Solve the problem that TensorFlow cannot find the GPU in HPCC Systems
According to the configuration instructions provided by TensorFlow and CUDA, I installed and configured the environment, but HPCC Systems couldn't detect the GPU. This blog post documents the process of how I resolved this issue.
I run the test code:
1 | IMPORT PYTHON3 AS PYTHON; |
Reason : In my previous environment setup, I installed TensorFlow and
CUDA in root mode, but I only configured the environment information in
the .bashrc
file of the current user.
However, HPCC Systems creates a new user named "hpcc" and uses the
environment variables from that user. As a result, in the "hpcc" user,
the LD_LIBRARY_PATH
and other environment variables were
not present, causing CUDA and GPU recognition to fail.
I first modify the password of hpcc:
1 | sudo passwd hpcc |
In Ubuntu, there are two methods to switch to another user:
- su user: The su command requires you to enter the password of the target user. You must know the password of the target user and have root user privileges. When switching to the target user using the su command, the target user's complete environment variables are not loaded. It only switches to the target user's identity and inherits the current user's environment variables.
- sudo -i -u user: When using the sudo -i -u user command to switch to the target user, the target user's complete environment variables are loaded. It switches you to the target user's identity and loads the target user's environment settings.
According to the environment variable setting rules in Linux, I have
added the previously set environment variables into
/etc/profile
:
1 | alias python='python3' |
Using sudo -i -u hpcc
to enter the hpcc user and typing
env
, I found that the previous settings have taken effect.
Please note that at this point, you should not use su hpcc
to enter the user, as it would load incorrect environment variables.
However, even after making these settings, it appears that HPCC still cannot properly recognize the GPU.

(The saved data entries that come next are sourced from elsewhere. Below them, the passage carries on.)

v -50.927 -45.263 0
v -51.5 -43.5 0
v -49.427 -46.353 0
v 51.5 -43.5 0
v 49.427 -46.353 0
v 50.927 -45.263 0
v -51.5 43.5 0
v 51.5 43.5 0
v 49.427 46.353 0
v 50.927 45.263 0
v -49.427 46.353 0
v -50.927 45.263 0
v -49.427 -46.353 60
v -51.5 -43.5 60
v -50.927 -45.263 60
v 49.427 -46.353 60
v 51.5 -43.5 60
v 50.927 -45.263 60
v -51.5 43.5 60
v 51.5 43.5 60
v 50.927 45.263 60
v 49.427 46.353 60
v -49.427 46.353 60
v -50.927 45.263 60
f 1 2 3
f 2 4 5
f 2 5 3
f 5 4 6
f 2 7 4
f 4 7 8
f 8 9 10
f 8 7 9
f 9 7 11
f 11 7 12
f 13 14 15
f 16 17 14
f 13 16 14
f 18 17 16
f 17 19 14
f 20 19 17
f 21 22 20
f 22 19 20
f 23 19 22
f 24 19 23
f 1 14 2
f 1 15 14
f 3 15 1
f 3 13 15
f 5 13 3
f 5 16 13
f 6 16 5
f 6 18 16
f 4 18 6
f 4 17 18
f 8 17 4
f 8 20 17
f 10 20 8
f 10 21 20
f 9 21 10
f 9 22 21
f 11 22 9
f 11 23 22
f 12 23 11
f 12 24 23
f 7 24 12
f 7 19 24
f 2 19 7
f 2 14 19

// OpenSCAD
module roundedRect(size, radius)
{
x = size[0];
y = size[1];
z = size[2];

linear_extrude(height=z)
hull()
{
    // place 4 circles in the corners, with the given radius
    translate([(-x/2)+(radius/2), (-y/2)+(radius/2), 0])
    circle(r=radius);

    translate([(x/2)-(radius/2), (-y/2)+(radius/2), 0])
    circle(r=radius);

    translate([(-x/2)+(radius/2), (y/2)-(radius/2), 0])
    circle(r=radius);

    translate([(x/2)-(radius/2), (y/2)-(radius/2), 0])
    circle(r=radius);
}
}

// example
roundedRect([100, 90, 60], 3);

So I tried running the code in HPCC, retrieving the environment variables, and restarting HPCC Systems. After that, I ran:
1 | IMPORT PYTHON3 AS PYTHON; |
I found that the environment variable LD_LIBRARY_PATH
was not loaded correctly. Could it be because the
CUDNN_PATH
is using a Python statement that was not
executed correctly? To test this, I changed CUDNN_PATH
to
1
/usr/local/lib/python3.10/dist-packages/nvidia/cudnn/lib
which is the value obtained from the terminal, and after testing, I found that the GPU could be recognized correctly.

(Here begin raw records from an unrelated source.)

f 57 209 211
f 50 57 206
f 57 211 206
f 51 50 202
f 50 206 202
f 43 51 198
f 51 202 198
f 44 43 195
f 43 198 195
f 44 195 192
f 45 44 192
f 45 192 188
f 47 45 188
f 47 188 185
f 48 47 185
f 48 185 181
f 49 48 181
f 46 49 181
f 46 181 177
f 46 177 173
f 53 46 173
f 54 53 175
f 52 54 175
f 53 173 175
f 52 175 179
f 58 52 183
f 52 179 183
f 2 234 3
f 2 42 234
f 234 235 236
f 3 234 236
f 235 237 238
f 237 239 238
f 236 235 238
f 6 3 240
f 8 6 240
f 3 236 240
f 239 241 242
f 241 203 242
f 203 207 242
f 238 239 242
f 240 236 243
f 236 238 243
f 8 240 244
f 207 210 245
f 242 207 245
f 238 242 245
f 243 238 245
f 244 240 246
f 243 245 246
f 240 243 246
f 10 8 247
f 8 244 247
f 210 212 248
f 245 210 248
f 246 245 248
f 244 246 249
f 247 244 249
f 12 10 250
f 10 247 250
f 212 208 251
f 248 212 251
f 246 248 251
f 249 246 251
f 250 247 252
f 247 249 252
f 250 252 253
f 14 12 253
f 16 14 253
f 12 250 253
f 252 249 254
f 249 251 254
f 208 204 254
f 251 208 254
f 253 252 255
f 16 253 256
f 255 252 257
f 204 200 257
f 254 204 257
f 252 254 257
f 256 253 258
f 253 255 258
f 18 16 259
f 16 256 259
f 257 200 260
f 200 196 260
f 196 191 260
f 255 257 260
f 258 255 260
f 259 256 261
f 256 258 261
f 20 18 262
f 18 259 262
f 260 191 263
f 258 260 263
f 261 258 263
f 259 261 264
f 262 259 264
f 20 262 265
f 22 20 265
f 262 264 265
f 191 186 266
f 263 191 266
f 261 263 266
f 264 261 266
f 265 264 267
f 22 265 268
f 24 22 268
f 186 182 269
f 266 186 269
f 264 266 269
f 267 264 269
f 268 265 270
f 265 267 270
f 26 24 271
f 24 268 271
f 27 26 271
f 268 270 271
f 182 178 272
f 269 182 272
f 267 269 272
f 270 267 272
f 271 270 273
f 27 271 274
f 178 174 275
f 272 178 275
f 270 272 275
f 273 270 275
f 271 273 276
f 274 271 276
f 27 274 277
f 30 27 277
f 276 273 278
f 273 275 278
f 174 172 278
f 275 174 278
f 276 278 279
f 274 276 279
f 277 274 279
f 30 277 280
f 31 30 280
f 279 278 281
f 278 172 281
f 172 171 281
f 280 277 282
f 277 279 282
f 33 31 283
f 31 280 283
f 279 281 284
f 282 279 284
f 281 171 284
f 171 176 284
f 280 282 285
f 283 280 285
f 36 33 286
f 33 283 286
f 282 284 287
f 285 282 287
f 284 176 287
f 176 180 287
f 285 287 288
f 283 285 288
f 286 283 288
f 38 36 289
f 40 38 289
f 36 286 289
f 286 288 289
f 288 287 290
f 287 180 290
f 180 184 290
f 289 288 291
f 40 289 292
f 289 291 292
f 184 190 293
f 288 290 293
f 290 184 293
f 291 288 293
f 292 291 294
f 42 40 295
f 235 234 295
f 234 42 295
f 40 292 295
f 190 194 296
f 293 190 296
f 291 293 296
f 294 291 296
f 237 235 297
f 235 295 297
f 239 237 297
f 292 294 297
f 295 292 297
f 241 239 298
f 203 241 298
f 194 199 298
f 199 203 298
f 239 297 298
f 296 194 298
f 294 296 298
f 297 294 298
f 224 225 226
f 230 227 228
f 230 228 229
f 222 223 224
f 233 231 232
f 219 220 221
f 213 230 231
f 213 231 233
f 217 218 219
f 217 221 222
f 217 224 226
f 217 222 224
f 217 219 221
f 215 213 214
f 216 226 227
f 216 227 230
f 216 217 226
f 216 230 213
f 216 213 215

Additionally, I later stumbled upon an error:
1 | /etc/profile: line 33: python: command not found |
It turned out that the python
command was not recognized
correctly. I resolved this issue by changing python
to
python3
in the following setting:
1 | CUDNN_PATH=$(dirname $(python3 -c "import nvidia.cudnn;print(nvidia.cudnn.__file__)")) |
After making this change, the code ran successfully without any issues.